◆ **Input records**:

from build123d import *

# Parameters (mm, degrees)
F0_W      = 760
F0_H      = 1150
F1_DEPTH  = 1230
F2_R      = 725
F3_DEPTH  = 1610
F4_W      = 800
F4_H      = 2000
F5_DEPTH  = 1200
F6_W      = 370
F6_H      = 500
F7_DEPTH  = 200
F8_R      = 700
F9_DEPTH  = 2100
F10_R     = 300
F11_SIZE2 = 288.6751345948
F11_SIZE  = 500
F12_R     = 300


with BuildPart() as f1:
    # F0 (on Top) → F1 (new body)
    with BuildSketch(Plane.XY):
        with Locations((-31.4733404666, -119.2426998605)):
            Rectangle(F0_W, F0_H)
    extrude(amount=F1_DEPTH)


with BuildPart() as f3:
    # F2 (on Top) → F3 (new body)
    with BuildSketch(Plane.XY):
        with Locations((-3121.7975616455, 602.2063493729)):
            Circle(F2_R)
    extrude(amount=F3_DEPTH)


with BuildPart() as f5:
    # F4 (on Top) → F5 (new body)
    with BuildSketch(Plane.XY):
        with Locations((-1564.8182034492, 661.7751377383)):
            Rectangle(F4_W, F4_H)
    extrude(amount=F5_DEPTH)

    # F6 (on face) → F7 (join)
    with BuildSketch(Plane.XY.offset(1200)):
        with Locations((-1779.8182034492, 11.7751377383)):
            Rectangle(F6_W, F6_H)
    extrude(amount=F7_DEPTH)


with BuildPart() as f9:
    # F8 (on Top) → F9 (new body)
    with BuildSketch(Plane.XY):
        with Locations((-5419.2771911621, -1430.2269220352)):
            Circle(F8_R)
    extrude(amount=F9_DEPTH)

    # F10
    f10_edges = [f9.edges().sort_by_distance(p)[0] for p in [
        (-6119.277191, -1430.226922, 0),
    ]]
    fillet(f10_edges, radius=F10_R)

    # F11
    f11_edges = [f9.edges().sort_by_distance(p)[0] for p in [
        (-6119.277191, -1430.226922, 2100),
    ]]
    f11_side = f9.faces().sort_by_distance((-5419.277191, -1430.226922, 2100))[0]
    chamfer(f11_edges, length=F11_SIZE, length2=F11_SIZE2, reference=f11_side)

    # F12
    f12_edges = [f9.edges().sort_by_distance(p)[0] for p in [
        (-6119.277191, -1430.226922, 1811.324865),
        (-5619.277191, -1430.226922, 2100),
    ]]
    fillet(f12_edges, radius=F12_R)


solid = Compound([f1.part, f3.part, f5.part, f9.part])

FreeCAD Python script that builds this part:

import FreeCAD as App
import Part
import Sketcher
Q = App.Units.Quantity


def edges_at(feature, points):
    """Names of the edges that pass closest to the given points."""
    edges = feature.Shape.Edges
    near = lambda p: min(range(len(edges)), key=lambda i: edges[i].distToShape(Part.Vertex(*p))[0])
    return sorted({f"Edge{near(p) + 1}" for p in points})


def add_polygon(sketch, points):
    """Adds a closed chain of lines whose ends are joined by coincident constraints."""
    first, n = sketch.GeometryCount, len(points)
    for a, b in zip(points, points[1:] + points[:1]):
        sketch.addGeometry(Part.LineSegment(App.Vector(*a, 0), App.Vector(*b, 0)), False)
    for i in range(n):
        sketch.addConstraint(Sketcher.Constraint("Coincident", first + i, 2, first + (i + 1) % n, 1))

doc = App.newDocument("Part")
params = doc.addObject("Spreadsheet::Sheet", "Params")
for row, (alias, value) in enumerate([
    ("sketch1_width", "760 mm"),
    ("sketch1_height", "1150 mm"),
    ("pad1_length", "1230 mm"),
    ("sketch2_diameter", "1450 mm"),
    ("pad2_length", "1610 mm"),
    ("sketch3_width", "800 mm"),
    ("sketch3_height", "2000 mm"),
    ("pad3_length", "1200 mm"),
    ("sketch4_width", "370 mm"),
    ("sketch4_height", "500 mm"),
    ("pad4_length", "200 mm"),
    ("sketch5_diameter", "1400 mm"),
    ("pad5_length", "2100 mm"),
    ("fillet_radius", "300 mm"),
    ("chamfer_size", "500 mm"),
    ("chamfer_size2", "288.675135 mm"),
    ("fillet2_radius", "300 mm"),
], start=1):
    params.set(f"A{row}", alias)
    params.set(f"B{row}", "=" + value)
    params.setAlias(f"B{row}", alias)

body = doc.addObject("PartDesign::Body", "Body")

sketch1 = body.newObject("Sketcher::SketchObject", "Sketch")
sketch1.AttachmentSupport = (doc.getObject("XY_Plane"), [""])
sketch1.MapMode = "FlatFace"
add_polygon(sketch1, [(-411, 456), (-411, -694), (349, -694), (349, 456)])
sketch1.addConstraint(Sketcher.Constraint("Vertical", 0))
sketch1.addConstraint(Sketcher.Constraint("Horizontal", 1))
sketch1.addConstraint(Sketcher.Constraint("Vertical", 2))
sketch1.addConstraint(Sketcher.Constraint("Horizontal", 3))
sketch1.addConstraint(Sketcher.Constraint("DistanceX", 1, 1, 1, 2, Q("760 mm")))
sketch1.addConstraint(Sketcher.Constraint("DistanceY", 0, 2, 0, 1, Q("1150 mm")))
sketch1.addConstraint(Sketcher.Constraint("DistanceY", 0, 2, -1, 1, Q("694.2427 mm")))
sketch1.addConstraint(Sketcher.Constraint("DistanceX", 0, 2, -1, 1, Q("411.47334 mm")))
sketch1.setExpression("Constraints[8]", "Params.sketch1_width")
sketch1.setExpression("Constraints[9]", "Params.sketch1_height")
pad1 = body.newObject("PartDesign::Pad", "Pad")
pad1.Profile = sketch1
pad1.setExpression("Length", "Params.pad1_length")
body2 = doc.addObject("PartDesign::Body", "Body001")

sketch2 = body2.newObject("Sketcher::SketchObject", "Sketch001")
sketch2.AttachmentSupport = (doc.getObject("XY_Plane001"), [""])
sketch2.MapMode = "FlatFace"
sketch2.addGeometry(Part.Circle(App.Vector(-3122, 602, 0), App.Vector(0, 0, 1), 725), False)
sketch2.addConstraint(Sketcher.Constraint("Diameter", 0, Q("1450 mm")))
sketch2.addConstraint(Sketcher.Constraint("DistanceX", 0, 3, -1, 1, Q("3121.797562 mm")))
sketch2.addConstraint(Sketcher.Constraint("DistanceY", -1, 1, 0, 3, Q("602.206349 mm")))
sketch2.setExpression("Constraints[0]", "Params.sketch2_diameter")
pad2 = body2.newObject("PartDesign::Pad", "Pad001")
pad2.Profile = sketch2
pad2.setExpression("Length", "Params.pad2_length")
body3 = doc.addObject("PartDesign::Body", "Body002")

sketch3 = body3.newObject("Sketcher::SketchObject", "Sketch002")
sketch3.AttachmentSupport = (doc.getObject("XY_Plane002"), [""])
sketch3.MapMode = "FlatFace"
add_polygon(sketch3, [(-1965, 1662), (-1965, -338), (-1165, -338), (-1165, 1662)])
sketch3.addConstraint(Sketcher.Constraint("Vertical", 0))
sketch3.addConstraint(Sketcher.Constraint("Horizontal", 1))
sketch3.addConstraint(Sketcher.Constraint("Vertical", 2))
sketch3.addConstraint(Sketcher.Constraint("Horizontal", 3))
sketch3.addConstraint(Sketcher.Constraint("DistanceX", 1, 1, 1, 2, Q("800 mm")))
sketch3.addConstraint(Sketcher.Constraint("DistanceY", 0, 2, 0, 1, Q("2000 mm")))
sketch3.addConstraint(Sketcher.Constraint("DistanceX", 0, 2, -1, 1, Q("1964.818203 mm")))
sketch3.addConstraint(Sketcher.Constraint("DistanceY", 0, 2, -1, 1, Q("338.224862 mm")))
sketch3.setExpression("Constraints[8]", "Params.sketch3_width")
sketch3.setExpression("Constraints[9]", "Params.sketch3_height")
pad3 = body3.newObject("PartDesign::Pad", "Pad002")
pad3.Profile = sketch3
pad3.setExpression("Length", "Params.pad3_length")

sketch4 = body3.newObject("Sketcher::SketchObject", "Sketch003")
sketch4.AttachmentSupport = (doc.getObject("XY_Plane002"), [""])
sketch4.MapMode = "FlatFace"
sketch4.AttachmentOffset = App.Placement(App.Vector(0, 0, 1200), App.Rotation())
add_polygon(sketch4, [(-1965, 262), (-1965, -238), (-1595, -238), (-1595, 262)])
sketch4.addConstraint(Sketcher.Constraint("Vertical", 0))
sketch4.addConstraint(Sketcher.Constraint("Horizontal", 1))
sketch4.addConstraint(Sketcher.Constraint("Vertical", 2))
sketch4.addConstraint(Sketcher.Constraint("Horizontal", 3))
sketch4.addConstraint(Sketcher.Constraint("DistanceX", 1, 1, 1, 2, Q("370 mm")))
sketch4.addConstraint(Sketcher.Constraint("DistanceY", 0, 2, 0, 1, Q("500 mm")))
sketch4.addConstraint(Sketcher.Constraint("DistanceX", 0, 2, -1, 1, Q("1964.818203 mm")))
sketch4.addConstraint(Sketcher.Constraint("DistanceY", 0, 2, -1, 1, Q("238.224862 mm")))
sketch4.setExpression("Constraints[8]", "Params.sketch4_width")
sketch4.setExpression("Constraints[9]", "Params.sketch4_height")
pad4 = body3.newObject("PartDesign::Pad", "Pad003")
pad4.Profile = sketch4
pad4.setExpression("Length", "Params.pad4_length")
body4 = doc.addObject("PartDesign::Body", "Body003")

sketch5 = body4.newObject("Sketcher::SketchObject", "Sketch004")
sketch5.AttachmentSupport = (doc.getObject("XY_Plane003"), [""])
sketch5.MapMode = "FlatFace"
sketch5.addGeometry(Part.Circle(App.Vector(-5419, -1430, 0), App.Vector(0, 0, 1), 700), False)
sketch5.addConstraint(Sketcher.Constraint("Diameter", 0, Q("1400 mm")))
sketch5.addConstraint(Sketcher.Constraint("DistanceX", 0, 3, -1, 1, Q("5419.277191 mm")))
sketch5.addConstraint(Sketcher.Constraint("DistanceY", 0, 3, -1, 1, Q("1430.226922 mm")))
sketch5.setExpression("Constraints[0]", "Params.sketch5_diameter")
pad5 = body4.newObject("PartDesign::Pad", "Pad004")
pad5.Profile = sketch5
pad5.setExpression("Length", "Params.pad5_length")
doc.recompute()

fillet = body4.newObject("PartDesign::Fillet", "Fillet")
fillet.Base = (pad5, edges_at(pad5, [(-6119.277, -1430.227, 0)]))
fillet.setExpression("Radius", "Params.fillet_radius")
doc.recompute()

chamfer = body4.newObject("PartDesign::Chamfer", "Chamfer")
chamfer.Base = (fillet, edges_at(fillet, [(-6119.277, -1430.227, 2100)]))
chamfer.ChamferType = "Two distances"
chamfer.setExpression("Size", "Params.chamfer_size")
chamfer.setExpression("Size2", "Params.chamfer_size2")
chamfer.FlipDirection = True
doc.recompute()

fillet2 = body4.newObject("PartDesign::Fillet", "Fillet001")
fillet2.Base = (chamfer, edges_at(chamfer, [(-6119.277, -1430.227, 1811.325), (-5619.277, -1430.227, 2100)]))
fillet2.setExpression("Radius", "Params.fillet2_radius")

doc.recompute()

◆ **Problem statement**:
Pull every line with the string "amount" out of the material.

◆ **Task answer**:
    extrude(amount=F1_DEPTH)
    extrude(amount=F3_DEPTH)
    extrude(amount=F5_DEPTH)
    extrude(amount=F7_DEPTH)
    extrude(amount=F9_DEPTH)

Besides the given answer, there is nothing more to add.